▸ Exercise directions
Once the line with "#88=ORIENTED_EDGE('',*,*,#49,.T.);" is found in the entries below, print it and each following line exactly, stopping after the line with "#108=AXIS2_PLACEMENT_3D('',#107,#65,#17);"; print nothing else.

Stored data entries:
•••
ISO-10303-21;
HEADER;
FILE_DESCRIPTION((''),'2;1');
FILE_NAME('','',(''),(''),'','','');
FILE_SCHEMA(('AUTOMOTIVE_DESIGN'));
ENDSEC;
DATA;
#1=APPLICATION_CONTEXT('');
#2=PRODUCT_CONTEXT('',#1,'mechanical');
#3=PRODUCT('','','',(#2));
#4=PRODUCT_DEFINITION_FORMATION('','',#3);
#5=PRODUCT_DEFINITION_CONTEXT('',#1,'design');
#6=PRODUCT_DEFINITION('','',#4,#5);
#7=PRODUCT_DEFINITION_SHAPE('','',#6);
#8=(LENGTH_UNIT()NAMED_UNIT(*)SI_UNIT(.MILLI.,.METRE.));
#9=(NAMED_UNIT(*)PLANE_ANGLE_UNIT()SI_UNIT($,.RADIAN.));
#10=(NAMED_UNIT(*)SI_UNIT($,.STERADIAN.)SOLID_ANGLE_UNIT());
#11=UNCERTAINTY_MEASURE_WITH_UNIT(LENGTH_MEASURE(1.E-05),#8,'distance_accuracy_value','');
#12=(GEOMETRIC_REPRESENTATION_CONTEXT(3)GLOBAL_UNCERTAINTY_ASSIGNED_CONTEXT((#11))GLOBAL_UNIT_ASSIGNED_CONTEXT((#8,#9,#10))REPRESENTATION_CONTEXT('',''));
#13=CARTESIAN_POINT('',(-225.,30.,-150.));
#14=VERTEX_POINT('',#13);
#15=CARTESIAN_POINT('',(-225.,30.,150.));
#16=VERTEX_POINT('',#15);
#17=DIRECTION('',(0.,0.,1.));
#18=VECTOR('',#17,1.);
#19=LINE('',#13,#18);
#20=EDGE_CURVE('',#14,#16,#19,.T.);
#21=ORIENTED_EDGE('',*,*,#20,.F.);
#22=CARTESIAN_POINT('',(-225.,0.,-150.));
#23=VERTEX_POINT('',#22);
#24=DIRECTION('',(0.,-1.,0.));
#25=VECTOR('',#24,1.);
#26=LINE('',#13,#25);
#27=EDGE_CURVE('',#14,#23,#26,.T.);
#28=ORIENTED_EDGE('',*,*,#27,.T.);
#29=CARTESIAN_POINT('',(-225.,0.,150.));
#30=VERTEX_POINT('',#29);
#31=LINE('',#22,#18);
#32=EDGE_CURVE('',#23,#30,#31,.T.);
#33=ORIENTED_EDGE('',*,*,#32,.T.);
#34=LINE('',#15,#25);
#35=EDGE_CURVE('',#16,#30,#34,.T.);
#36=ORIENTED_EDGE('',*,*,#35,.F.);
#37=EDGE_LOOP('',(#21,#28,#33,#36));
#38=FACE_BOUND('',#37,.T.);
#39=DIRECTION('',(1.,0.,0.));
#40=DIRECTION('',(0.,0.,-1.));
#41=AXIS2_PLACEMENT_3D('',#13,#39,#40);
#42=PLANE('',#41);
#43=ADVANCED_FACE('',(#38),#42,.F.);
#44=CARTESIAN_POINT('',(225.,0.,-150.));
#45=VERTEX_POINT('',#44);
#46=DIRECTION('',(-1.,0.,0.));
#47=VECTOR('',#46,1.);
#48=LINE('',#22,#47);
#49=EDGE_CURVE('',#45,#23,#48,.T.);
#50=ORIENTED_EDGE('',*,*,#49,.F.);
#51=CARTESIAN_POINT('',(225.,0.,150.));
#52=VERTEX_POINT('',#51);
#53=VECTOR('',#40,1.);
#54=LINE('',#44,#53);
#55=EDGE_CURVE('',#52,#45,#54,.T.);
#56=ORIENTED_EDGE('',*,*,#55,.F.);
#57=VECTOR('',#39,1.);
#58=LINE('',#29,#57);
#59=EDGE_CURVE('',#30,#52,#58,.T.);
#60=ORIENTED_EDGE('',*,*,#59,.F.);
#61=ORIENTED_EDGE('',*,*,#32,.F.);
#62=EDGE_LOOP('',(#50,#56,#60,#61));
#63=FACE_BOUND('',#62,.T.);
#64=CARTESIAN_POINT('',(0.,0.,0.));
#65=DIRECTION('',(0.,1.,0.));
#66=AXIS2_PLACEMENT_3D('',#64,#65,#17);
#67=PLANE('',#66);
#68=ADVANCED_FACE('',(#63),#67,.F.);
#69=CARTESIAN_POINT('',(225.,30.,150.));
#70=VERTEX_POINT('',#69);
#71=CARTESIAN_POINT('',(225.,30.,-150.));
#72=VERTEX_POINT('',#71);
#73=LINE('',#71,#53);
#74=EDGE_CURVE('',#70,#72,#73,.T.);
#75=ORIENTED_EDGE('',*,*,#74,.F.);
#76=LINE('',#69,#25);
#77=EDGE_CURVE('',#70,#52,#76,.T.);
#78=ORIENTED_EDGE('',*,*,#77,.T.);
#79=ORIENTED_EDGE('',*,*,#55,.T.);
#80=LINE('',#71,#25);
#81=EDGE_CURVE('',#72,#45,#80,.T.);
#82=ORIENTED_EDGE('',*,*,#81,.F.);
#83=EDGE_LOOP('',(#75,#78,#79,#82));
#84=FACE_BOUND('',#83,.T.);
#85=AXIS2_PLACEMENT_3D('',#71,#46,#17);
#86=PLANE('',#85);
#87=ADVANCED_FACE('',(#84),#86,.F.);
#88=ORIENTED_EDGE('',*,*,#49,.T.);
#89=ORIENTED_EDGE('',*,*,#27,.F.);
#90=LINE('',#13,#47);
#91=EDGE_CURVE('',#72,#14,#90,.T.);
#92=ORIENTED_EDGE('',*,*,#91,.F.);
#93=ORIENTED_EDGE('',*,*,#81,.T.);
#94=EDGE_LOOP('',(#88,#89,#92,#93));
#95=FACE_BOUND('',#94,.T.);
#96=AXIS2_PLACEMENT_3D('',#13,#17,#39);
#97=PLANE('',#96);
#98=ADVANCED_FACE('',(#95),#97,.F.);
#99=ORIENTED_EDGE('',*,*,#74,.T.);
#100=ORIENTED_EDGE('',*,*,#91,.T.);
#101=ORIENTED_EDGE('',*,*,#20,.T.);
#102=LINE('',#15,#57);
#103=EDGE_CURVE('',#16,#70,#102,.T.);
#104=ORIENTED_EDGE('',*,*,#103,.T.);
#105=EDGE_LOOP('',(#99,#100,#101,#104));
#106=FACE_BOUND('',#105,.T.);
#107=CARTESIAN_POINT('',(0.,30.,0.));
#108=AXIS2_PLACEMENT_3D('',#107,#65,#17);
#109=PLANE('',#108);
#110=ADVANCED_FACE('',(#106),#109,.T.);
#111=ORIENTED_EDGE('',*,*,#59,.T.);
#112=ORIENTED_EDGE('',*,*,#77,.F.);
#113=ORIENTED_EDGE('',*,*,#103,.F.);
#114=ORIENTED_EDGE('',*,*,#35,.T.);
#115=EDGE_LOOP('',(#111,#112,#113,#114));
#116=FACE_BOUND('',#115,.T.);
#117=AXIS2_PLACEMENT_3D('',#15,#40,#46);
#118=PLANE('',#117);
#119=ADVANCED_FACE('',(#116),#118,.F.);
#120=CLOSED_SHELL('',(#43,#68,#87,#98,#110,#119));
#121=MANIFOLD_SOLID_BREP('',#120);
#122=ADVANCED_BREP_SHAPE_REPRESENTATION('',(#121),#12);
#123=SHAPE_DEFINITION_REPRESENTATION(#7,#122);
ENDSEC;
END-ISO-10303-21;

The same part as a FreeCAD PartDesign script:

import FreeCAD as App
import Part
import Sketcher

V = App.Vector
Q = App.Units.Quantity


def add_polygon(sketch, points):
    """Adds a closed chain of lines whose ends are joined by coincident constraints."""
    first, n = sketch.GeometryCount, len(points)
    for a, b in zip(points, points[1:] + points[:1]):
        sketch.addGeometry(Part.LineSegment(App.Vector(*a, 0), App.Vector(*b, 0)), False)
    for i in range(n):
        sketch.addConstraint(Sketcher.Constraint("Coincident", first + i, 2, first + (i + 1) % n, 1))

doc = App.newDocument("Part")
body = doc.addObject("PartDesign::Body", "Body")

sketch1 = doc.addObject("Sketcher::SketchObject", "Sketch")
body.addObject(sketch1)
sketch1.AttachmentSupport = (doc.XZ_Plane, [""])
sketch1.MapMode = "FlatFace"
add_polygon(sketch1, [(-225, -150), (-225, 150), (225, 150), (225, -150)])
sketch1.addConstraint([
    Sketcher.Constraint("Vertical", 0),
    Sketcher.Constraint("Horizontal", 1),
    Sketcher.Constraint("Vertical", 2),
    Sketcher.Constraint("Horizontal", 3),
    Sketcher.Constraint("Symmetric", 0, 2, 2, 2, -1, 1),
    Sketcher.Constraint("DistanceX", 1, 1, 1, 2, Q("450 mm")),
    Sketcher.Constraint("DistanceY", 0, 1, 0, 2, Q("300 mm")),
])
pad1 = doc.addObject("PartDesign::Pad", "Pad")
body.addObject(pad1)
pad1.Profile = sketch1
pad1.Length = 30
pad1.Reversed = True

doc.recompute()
•••
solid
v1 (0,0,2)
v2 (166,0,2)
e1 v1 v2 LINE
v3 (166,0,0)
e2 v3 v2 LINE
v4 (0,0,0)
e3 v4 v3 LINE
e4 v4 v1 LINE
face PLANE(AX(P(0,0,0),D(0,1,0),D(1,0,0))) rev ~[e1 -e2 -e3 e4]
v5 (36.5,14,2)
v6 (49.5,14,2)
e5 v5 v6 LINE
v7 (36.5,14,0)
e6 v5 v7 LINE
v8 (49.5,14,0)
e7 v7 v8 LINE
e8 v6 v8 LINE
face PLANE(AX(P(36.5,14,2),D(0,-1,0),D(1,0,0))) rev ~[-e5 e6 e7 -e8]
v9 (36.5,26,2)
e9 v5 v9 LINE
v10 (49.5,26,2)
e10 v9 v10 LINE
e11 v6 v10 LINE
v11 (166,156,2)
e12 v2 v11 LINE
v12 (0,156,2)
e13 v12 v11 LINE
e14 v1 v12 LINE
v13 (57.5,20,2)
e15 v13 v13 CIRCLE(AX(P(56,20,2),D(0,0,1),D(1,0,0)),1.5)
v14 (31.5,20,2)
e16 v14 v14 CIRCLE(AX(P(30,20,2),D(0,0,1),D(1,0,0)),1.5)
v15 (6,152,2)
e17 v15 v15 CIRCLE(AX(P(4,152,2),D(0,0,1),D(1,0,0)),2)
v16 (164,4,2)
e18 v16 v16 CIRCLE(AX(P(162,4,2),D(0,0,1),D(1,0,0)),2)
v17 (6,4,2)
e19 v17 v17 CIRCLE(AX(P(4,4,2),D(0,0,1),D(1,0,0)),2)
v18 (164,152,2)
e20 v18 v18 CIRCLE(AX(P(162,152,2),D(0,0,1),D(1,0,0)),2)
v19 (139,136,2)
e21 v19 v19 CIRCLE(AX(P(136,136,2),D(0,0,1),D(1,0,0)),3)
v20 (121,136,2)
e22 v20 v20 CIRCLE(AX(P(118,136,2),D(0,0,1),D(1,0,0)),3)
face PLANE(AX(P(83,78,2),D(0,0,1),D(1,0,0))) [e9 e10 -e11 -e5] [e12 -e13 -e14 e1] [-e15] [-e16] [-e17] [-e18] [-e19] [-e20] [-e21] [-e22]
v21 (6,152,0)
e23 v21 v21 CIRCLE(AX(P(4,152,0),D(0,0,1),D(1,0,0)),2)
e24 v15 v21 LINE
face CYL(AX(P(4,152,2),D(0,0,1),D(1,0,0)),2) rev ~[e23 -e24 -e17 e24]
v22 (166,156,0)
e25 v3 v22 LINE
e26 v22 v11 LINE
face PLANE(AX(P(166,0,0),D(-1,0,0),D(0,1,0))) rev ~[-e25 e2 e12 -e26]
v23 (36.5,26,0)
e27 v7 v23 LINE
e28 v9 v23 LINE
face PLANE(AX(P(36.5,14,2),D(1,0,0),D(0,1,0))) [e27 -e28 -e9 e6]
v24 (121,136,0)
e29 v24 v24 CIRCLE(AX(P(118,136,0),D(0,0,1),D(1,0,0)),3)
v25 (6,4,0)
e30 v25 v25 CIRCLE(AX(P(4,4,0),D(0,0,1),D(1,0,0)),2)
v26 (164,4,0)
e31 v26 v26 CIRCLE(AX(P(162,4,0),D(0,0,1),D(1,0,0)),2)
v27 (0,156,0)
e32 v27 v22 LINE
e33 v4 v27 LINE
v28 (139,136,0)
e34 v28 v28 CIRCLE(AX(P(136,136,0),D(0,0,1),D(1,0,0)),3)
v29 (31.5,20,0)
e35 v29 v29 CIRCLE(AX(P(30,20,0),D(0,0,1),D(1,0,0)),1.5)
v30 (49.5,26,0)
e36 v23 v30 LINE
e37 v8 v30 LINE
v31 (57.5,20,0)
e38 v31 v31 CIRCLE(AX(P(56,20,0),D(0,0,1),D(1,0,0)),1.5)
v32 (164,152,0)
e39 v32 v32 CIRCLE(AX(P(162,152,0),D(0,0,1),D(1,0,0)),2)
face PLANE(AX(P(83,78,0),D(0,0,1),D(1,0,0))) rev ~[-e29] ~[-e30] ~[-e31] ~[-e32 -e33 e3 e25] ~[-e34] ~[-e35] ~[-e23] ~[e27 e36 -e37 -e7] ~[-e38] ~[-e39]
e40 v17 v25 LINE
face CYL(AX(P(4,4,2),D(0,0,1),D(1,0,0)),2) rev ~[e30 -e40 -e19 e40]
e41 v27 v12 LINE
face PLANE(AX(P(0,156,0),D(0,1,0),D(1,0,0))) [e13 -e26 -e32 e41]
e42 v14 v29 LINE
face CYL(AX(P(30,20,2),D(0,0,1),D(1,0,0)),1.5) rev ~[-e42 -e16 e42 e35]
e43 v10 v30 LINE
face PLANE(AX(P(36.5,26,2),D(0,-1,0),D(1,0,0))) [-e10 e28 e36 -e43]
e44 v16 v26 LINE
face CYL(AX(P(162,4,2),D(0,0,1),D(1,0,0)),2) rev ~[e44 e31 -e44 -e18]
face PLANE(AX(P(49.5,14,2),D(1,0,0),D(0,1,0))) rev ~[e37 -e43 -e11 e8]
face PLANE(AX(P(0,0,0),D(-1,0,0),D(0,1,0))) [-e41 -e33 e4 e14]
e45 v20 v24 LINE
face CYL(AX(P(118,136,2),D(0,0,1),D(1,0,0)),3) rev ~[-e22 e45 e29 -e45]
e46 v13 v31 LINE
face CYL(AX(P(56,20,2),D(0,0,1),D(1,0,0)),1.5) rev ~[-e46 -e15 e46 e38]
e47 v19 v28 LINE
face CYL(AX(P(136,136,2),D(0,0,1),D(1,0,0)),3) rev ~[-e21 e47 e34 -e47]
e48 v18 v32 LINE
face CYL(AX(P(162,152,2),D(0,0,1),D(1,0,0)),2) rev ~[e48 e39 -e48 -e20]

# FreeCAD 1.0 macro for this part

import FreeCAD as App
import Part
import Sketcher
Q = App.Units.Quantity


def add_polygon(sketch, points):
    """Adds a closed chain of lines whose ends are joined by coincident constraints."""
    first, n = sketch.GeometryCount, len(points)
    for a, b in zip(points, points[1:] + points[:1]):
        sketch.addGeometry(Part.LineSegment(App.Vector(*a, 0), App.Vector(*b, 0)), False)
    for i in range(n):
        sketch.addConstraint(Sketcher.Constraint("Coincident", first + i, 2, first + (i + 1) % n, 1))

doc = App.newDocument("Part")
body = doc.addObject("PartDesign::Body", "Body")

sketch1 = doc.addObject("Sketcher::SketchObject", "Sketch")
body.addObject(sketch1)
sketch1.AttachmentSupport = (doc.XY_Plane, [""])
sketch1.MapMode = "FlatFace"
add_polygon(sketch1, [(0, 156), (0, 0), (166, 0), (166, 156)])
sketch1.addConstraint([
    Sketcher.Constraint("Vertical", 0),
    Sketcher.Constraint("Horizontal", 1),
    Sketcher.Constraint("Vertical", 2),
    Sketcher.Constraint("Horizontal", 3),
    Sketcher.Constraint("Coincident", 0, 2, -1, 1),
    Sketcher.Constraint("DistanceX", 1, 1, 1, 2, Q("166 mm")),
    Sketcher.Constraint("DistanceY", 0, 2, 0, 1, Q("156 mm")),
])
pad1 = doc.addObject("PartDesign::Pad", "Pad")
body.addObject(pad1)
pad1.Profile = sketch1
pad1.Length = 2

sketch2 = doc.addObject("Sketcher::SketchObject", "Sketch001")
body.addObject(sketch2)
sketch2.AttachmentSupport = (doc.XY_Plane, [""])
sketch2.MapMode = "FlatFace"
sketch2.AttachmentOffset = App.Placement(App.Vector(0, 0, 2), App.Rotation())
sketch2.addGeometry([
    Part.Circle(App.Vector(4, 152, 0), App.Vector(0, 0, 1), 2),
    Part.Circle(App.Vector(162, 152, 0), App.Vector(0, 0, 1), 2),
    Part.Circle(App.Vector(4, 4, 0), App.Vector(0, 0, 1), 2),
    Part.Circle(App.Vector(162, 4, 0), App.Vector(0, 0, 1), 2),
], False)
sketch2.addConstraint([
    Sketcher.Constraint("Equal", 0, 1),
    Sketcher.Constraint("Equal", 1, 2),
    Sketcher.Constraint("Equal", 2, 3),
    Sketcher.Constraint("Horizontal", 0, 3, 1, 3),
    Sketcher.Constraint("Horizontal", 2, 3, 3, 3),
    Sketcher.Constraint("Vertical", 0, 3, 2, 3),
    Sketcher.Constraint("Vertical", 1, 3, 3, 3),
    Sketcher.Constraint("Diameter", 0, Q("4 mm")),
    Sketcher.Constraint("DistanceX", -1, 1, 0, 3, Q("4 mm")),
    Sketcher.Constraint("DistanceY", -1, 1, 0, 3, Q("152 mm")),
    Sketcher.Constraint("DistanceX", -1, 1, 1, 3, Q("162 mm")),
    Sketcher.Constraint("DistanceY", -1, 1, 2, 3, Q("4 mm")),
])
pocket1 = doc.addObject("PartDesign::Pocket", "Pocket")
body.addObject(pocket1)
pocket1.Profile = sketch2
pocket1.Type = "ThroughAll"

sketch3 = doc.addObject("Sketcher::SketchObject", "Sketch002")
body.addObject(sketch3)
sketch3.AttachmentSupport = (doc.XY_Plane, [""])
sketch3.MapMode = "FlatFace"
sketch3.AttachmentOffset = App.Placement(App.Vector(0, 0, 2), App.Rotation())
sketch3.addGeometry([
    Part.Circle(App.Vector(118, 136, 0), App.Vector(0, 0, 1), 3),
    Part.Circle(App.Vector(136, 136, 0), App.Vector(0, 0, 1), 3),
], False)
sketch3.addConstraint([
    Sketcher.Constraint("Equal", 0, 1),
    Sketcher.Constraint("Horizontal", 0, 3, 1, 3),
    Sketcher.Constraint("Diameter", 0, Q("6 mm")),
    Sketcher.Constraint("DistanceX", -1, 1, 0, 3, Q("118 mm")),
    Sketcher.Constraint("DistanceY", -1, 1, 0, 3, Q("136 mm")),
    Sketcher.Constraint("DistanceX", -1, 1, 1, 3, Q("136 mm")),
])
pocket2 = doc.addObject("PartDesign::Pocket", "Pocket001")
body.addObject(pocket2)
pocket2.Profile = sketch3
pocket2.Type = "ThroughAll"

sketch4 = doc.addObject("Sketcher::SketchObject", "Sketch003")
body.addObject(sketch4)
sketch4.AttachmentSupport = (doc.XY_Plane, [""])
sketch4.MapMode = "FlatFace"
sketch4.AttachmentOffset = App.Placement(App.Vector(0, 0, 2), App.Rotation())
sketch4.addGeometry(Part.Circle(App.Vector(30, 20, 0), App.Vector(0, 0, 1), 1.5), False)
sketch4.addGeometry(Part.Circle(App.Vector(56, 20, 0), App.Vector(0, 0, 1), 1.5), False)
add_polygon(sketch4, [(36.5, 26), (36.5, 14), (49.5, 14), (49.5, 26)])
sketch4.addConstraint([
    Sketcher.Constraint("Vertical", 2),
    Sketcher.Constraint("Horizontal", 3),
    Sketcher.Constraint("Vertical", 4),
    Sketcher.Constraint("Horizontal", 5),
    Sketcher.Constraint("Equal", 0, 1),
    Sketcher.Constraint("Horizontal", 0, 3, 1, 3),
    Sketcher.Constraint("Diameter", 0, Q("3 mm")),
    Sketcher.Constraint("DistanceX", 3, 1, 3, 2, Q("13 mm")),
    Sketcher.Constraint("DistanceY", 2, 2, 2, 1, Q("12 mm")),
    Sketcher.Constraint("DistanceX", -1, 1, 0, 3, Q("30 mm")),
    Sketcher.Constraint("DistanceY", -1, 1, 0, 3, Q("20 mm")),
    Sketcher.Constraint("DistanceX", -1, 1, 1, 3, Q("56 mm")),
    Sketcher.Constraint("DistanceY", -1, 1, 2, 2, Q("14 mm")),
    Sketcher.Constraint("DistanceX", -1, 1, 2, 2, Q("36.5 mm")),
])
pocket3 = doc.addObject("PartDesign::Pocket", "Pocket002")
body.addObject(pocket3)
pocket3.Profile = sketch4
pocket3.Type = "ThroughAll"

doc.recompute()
•••
▸ Output of the exercise
#88=ORIENTED_EDGE('',*,*,#49,.T.);
#89=ORIENTED_EDGE('',*,*,#27,.F.);
#90=LINE('',#13,#47);
#91=EDGE_CURVE('',#72,#14,#90,.T.);
#92=ORIENTED_EDGE('',*,*,#91,.F.);
#93=ORIENTED_EDGE('',*,*,#81,.T.);
#94=EDGE_LOOP('',(#88,#89,#92,#93));
#95=FACE_BOUND('',#94,.T.);
#96=AXIS2_PLACEMENT_3D('',#13,#17,#39);
#97=PLANE('',#96);
#98=ADVANCED_FACE('',(#95),#97,.F.);
#99=ORIENTED_EDGE('',*,*,#74,.T.);
#100=ORIENTED_EDGE('',*,*,#91,.T.);
#101=ORIENTED_EDGE('',*,*,#20,.T.);
#102=LINE('',#15,#57);
#103=EDGE_CURVE('',#16,#70,#102,.T.);
#104=ORIENTED_EDGE('',*,*,#103,.T.);
#105=EDGE_LOOP('',(#99,#100,#101,#104));
#106=FACE_BOUND('',#105,.T.);
#107=CARTESIAN_POINT('',(0.,30.,0.));
#108=AXIS2_PLACEMENT_3D('',#107,#65,#17);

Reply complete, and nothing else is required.